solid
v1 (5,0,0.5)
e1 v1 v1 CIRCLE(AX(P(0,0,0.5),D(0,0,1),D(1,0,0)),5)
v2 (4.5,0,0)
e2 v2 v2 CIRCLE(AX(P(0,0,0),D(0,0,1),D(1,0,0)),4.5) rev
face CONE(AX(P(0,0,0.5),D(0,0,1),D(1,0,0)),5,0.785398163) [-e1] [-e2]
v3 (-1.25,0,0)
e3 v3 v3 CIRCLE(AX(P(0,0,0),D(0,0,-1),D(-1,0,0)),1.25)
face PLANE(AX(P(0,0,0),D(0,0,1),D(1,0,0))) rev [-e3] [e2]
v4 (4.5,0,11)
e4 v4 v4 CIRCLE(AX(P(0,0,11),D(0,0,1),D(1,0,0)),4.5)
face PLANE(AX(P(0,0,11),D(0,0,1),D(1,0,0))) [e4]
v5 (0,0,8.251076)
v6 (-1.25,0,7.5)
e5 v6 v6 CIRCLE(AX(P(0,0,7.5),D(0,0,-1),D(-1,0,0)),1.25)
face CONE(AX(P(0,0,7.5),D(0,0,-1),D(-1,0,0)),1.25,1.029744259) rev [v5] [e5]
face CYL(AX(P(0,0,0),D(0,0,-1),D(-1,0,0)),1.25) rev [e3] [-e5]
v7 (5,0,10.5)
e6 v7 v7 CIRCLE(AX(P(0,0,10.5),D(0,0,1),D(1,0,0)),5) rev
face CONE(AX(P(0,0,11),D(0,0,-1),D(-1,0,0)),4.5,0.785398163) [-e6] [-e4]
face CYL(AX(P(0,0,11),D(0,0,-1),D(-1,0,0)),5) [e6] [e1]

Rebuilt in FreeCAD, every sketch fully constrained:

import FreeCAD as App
import Part
import Sketcher
from FreeCAD import Vector


def edges_at(feature, points):
    """Names of the edges that pass closest to the given points."""
    edges = feature.Shape.Edges
    near = lambda p: min(range(len(edges)), key=lambda i: edges[i].distToShape(Part.Vertex(*p))[0])
    return sorted({f"Edge{near(p) + 1}" for p in points})

doc = App.newDocument("Part")
body = doc.addObject("PartDesign::Body", "Body")

sketch1 = body.newObject("Sketcher::SketchObject", "Sketch")
sketch1.AttachmentSupport = (doc.getObject("XY_Plane"), [""])
sketch1.MapMode = "FlatFace"
sketch1.addGeometry(Part.Circle(Vector(0, 0, 0), Vector(0, 0, 1), 5), False)
sketch1.addConstraint([
    Sketcher.Constraint("Coincident", 0, 3, -1, 1),
    Sketcher.Constraint("Diameter", 0, 10.0),
])
pad1 = body.newObject("PartDesign::Pad", "Pad")
pad1.Profile = sketch1
pad1.Length = 11

sketch2 = body.newObject("Sketcher::SketchObject", "Sketch001")
sketch2.AttachmentSupport = (doc.getObject("XY_Plane"), [""])
sketch2.MapMode = "FlatFace"
sketch2.addGeometry(Part.Circle(Vector(0, 0, 0), Vector(0, 0, 1), 1.2), False)
sketch2.addConstraint([
    Sketcher.Constraint("Coincident", 0, 3, -1, 1),
    Sketcher.Constraint("Diameter", 0, 2.5),
])
doc.recompute()
hole = body.newObject("PartDesign::Hole", "Hole")
hole.Profile = sketch2
hole.ThreadType = "None"
hole.Diameter = 2.5
hole.DepthType = "Dimension"
hole.Depth = 7.5
hole.DrillPoint = "Angled"
hole.DrillPointAngle = 118
hole.Reversed = True
doc.recompute()

chamfer = body.newObject("PartDesign::Chamfer", "Chamfer")
chamfer.Base = (hole, edges_at(hole, [(-5, 0, 0), (-5, 0, 11)]))
chamfer.Size = 0.5

doc.recompute()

- YOUR TASK:
What do the lines above say from the one containing "e2 v2 v2 CIRCLE(AX(P(0,0,0),D(0,0,1),D(1,0,0)),4.5)" down to the one containing "rev [v5] [e5]"? Return them exactly, both end lines included, and only them.

- ANSWER SECTION:
e2 v2 v2 CIRCLE(AX(P(0,0,0),D(0,0,1),D(1,0,0)),4.5) rev
face CONE(AX(P(0,0,0.5),D(0,0,1),D(1,0,0)),5,0.785398163) [-e1] [-e2]
v3 (-1.25,0,0)
e3 v3 v3 CIRCLE(AX(P(0,0,0),D(0,0,-1),D(-1,0,0)),1.25)
face PLANE(AX(P(0,0,0),D(0,0,1),D(1,0,0))) rev [-e3] [e2]
v4 (4.5,0,11)
e4 v4 v4 CIRCLE(AX(P(0,0,11),D(0,0,1),D(1,0,0)),4.5)
face PLANE(AX(P(0,0,11),D(0,0,1),D(1,0,0))) [e4]
v5 (0,0,8.251076)
v6 (-1.25,0,7.5)
e5 v6 v6 CIRCLE(AX(P(0,0,7.5),D(0,0,-1),D(-1,0,0)),1.25)
face CONE(AX(P(0,0,7.5),D(0,0,-1),D(-1,0,0)),1.25,1.029744259) rev [v5] [e5]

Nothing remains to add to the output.